Top of Supplied data

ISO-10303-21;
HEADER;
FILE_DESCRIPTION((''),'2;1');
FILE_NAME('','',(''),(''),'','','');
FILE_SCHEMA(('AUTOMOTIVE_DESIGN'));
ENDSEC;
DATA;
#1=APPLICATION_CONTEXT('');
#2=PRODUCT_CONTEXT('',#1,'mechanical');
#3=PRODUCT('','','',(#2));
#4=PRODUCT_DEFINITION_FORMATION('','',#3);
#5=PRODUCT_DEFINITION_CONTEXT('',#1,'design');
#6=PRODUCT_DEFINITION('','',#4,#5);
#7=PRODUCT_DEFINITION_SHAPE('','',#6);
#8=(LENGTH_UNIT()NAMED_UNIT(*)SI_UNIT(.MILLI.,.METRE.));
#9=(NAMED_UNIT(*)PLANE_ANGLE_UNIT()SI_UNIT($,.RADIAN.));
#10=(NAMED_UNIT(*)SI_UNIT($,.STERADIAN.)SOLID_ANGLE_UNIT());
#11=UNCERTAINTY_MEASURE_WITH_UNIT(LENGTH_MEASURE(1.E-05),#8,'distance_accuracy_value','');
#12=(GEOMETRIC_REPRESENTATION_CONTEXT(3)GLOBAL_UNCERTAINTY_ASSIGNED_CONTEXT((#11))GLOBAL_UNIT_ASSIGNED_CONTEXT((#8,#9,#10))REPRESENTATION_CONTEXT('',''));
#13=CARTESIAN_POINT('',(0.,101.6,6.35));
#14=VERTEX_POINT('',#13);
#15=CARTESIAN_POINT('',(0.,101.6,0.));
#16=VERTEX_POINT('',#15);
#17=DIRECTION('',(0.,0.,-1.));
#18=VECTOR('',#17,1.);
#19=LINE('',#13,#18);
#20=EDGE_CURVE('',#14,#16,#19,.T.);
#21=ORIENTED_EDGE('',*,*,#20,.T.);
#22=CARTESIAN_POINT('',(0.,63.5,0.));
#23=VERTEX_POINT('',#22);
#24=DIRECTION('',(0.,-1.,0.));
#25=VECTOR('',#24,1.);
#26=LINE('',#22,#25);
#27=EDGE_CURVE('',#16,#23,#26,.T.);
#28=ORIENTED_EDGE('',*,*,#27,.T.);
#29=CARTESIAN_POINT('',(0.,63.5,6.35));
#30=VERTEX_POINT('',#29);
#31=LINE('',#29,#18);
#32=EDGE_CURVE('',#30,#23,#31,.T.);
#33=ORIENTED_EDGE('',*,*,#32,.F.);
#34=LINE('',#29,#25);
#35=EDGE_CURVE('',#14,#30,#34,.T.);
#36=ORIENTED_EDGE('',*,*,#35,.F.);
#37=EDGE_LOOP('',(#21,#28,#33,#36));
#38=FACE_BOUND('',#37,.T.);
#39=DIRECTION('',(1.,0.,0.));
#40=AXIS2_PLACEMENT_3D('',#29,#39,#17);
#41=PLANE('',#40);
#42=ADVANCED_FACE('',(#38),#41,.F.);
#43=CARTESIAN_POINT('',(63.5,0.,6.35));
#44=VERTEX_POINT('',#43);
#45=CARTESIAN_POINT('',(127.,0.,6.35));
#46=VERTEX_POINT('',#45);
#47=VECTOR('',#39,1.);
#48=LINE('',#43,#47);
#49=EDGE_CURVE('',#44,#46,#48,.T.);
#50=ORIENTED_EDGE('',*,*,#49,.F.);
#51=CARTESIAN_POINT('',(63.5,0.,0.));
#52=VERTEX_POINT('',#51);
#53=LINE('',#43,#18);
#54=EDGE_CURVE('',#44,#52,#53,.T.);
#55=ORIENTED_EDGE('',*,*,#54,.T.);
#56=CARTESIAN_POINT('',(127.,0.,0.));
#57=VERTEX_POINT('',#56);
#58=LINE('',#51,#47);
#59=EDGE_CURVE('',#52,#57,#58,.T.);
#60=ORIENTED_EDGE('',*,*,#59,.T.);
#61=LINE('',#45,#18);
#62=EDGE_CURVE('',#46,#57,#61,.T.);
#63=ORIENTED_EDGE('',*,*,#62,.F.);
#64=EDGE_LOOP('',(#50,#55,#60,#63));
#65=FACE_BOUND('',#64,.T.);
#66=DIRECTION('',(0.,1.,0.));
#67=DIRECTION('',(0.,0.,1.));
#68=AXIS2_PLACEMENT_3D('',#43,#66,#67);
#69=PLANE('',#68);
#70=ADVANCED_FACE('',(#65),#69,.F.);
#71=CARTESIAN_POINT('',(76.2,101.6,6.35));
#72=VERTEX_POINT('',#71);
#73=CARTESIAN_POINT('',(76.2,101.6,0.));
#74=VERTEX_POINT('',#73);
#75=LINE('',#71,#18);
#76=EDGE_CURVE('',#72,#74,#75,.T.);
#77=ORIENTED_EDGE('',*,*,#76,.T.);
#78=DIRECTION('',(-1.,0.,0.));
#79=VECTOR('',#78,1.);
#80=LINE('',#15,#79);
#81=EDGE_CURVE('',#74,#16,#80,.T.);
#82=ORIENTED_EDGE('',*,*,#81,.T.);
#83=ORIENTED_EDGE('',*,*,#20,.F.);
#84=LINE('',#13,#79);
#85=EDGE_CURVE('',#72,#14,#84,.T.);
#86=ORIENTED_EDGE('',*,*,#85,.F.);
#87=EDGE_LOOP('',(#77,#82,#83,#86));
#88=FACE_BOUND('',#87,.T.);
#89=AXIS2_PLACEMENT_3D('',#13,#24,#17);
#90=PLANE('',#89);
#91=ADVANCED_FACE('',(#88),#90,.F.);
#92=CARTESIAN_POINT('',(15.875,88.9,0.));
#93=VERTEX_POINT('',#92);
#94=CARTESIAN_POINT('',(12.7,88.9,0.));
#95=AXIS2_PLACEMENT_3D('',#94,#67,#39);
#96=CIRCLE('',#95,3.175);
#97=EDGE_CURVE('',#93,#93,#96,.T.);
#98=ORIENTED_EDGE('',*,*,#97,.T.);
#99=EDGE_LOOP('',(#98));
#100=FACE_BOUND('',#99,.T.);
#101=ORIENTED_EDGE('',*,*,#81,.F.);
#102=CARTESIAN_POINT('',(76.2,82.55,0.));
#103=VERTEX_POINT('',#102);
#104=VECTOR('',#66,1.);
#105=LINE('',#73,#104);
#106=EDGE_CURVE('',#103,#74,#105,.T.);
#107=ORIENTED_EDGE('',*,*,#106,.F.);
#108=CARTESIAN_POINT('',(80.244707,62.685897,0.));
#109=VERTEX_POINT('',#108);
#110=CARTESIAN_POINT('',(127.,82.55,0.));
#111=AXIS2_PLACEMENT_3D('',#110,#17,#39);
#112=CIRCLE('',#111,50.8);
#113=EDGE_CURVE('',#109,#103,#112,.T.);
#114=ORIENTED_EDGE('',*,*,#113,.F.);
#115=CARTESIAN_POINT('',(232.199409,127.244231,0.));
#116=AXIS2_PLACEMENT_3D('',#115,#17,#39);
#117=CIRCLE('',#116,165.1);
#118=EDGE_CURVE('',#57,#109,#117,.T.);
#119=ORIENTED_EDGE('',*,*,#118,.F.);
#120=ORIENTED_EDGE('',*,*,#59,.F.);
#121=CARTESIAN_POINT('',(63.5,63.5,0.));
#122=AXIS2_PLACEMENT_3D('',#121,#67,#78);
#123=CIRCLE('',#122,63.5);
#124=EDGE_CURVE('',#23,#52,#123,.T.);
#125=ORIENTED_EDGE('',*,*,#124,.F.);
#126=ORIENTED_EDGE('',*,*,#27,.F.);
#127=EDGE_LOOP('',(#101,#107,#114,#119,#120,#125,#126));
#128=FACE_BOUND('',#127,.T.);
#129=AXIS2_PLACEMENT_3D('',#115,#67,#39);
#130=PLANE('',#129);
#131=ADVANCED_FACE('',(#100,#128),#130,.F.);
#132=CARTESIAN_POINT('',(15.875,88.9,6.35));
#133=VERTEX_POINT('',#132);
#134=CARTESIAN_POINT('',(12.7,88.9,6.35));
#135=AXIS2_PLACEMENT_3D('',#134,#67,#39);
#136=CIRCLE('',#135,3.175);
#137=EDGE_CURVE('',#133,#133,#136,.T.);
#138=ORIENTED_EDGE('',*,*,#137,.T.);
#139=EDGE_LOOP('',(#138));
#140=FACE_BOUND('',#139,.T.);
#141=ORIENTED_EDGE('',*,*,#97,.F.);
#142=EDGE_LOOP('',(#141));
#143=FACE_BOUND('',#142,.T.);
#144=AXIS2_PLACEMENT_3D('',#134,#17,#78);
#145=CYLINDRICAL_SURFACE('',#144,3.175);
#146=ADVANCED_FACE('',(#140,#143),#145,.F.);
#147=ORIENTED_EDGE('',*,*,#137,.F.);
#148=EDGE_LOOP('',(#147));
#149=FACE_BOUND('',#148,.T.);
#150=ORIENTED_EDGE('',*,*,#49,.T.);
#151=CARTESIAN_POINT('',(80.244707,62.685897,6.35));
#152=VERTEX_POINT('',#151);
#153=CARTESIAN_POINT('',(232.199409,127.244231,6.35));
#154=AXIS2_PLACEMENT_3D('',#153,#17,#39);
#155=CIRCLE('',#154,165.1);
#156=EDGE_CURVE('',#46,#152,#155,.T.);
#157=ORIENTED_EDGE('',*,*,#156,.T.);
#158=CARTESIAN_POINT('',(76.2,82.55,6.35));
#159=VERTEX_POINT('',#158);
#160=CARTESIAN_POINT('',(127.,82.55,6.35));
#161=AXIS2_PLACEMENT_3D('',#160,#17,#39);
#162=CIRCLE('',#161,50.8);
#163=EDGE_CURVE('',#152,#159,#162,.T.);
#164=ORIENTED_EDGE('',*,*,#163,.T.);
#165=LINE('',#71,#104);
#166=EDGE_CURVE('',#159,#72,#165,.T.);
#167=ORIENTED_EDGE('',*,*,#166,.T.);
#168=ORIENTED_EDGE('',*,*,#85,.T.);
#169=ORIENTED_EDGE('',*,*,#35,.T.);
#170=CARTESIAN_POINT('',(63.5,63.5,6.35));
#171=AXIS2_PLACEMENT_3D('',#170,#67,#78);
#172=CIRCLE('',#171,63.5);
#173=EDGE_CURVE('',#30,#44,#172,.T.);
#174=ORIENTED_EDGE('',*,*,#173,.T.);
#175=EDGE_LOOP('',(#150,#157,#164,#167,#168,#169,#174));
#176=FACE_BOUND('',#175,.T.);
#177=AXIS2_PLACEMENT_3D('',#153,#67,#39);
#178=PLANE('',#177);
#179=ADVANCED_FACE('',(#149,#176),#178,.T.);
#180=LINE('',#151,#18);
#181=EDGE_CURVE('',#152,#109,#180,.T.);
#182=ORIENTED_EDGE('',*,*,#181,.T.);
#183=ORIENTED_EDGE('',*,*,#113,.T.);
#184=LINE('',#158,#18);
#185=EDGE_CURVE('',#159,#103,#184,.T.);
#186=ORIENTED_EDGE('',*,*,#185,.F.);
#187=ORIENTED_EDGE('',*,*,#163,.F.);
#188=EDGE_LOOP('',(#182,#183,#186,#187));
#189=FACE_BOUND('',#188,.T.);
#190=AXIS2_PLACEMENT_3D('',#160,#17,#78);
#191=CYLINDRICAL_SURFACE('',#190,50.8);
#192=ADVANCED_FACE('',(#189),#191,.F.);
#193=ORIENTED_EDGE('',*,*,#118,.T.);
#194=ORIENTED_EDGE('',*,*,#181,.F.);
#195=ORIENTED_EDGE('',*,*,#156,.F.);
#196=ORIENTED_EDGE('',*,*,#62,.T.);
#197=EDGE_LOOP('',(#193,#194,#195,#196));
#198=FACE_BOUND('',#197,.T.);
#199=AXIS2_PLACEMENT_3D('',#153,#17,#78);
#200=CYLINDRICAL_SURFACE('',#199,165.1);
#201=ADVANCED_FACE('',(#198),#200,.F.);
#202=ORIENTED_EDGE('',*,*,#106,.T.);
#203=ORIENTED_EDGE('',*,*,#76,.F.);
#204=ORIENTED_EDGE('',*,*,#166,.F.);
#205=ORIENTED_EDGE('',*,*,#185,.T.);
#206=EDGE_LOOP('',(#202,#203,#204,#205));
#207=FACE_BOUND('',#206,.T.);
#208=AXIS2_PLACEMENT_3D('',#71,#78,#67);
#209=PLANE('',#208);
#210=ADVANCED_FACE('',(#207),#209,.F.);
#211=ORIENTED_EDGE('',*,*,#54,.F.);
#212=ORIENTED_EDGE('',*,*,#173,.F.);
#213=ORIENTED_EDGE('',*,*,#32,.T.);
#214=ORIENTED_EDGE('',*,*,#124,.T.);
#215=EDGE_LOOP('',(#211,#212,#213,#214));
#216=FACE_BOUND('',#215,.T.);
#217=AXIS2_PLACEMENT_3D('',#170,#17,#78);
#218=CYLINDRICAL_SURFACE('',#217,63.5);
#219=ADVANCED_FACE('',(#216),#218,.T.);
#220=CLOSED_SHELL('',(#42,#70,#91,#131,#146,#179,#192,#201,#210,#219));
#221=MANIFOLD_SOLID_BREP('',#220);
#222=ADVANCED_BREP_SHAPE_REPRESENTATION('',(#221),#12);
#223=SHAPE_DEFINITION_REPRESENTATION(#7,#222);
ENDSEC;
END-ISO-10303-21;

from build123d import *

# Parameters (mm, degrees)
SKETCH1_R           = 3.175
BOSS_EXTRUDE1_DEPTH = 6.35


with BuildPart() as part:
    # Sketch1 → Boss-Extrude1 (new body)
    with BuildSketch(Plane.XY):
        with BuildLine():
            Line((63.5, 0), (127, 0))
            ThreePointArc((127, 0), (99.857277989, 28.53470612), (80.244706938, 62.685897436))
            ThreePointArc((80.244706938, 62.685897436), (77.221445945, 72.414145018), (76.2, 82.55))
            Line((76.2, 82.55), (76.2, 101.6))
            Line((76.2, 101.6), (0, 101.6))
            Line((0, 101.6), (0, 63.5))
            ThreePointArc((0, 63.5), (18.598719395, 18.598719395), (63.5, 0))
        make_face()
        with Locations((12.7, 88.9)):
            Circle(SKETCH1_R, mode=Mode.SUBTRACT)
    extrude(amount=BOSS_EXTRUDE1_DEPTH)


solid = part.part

Bottom of Supplied data
Top of Supplied data

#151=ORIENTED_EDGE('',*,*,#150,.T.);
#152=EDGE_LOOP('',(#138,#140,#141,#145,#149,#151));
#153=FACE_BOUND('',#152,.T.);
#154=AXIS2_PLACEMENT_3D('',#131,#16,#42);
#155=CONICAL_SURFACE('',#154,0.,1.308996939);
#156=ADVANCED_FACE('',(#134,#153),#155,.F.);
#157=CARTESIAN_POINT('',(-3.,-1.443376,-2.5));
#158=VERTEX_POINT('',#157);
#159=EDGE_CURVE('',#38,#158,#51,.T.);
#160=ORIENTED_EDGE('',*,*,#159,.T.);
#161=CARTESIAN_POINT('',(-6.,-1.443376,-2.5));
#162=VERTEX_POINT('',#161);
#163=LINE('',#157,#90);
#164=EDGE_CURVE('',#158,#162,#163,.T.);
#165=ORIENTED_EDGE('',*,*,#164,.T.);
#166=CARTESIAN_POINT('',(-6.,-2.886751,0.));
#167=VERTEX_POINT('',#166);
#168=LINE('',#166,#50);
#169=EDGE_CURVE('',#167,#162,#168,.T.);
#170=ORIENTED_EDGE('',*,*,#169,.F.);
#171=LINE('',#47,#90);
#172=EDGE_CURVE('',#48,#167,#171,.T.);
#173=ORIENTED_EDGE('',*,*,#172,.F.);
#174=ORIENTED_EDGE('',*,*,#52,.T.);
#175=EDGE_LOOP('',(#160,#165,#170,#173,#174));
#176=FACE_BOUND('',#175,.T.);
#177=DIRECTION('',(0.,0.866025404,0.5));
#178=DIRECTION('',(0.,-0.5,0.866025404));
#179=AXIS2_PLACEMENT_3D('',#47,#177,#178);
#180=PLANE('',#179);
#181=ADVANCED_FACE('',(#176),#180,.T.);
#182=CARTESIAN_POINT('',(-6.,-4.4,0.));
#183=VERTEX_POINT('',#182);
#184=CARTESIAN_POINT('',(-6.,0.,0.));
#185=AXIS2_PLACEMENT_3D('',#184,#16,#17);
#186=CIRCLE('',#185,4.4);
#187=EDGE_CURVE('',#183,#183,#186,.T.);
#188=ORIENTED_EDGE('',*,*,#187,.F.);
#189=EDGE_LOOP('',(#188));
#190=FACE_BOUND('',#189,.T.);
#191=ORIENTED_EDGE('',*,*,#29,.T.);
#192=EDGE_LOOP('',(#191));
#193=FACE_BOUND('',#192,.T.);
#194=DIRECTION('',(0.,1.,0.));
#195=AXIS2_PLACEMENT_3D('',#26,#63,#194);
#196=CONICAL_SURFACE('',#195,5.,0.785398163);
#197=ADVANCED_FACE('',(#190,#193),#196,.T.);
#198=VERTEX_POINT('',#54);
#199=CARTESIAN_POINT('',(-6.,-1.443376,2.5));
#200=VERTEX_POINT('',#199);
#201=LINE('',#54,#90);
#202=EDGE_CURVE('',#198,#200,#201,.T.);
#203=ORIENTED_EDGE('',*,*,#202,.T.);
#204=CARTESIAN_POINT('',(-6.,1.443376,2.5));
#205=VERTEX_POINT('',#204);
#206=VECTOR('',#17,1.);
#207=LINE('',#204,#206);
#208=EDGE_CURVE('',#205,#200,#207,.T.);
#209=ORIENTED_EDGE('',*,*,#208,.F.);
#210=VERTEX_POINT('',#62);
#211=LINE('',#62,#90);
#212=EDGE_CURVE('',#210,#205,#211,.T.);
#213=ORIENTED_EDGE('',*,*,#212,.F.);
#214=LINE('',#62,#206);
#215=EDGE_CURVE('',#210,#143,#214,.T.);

Bottom of Supplied data

### Problem requirements
Everything from the line containing "#76=EDGE_CURVE('',#72,#74,#75,.T.);" through the line containing "#85=EDGE_CURVE('',#72,#14,#84,.T.);" in the material above should be retyped exactly, both ends included, and nothing more.

### Answer for this exercise
#76=EDGE_CURVE('',#72,#74,#75,.T.);
#77=ORIENTED_EDGE('',*,*,#76,.T.);
#78=DIRECTION('',(-1.,0.,0.));
#79=VECTOR('',#78,1.);
#80=LINE('',#15,#79);
#81=EDGE_CURVE('',#74,#16,#80,.T.);
#82=ORIENTED_EDGE('',*,*,#81,.T.);
#83=ORIENTED_EDGE('',*,*,#20,.F.);
#84=LINE('',#13,#79);
#85=EDGE_CURVE('',#72,#14,#84,.T.);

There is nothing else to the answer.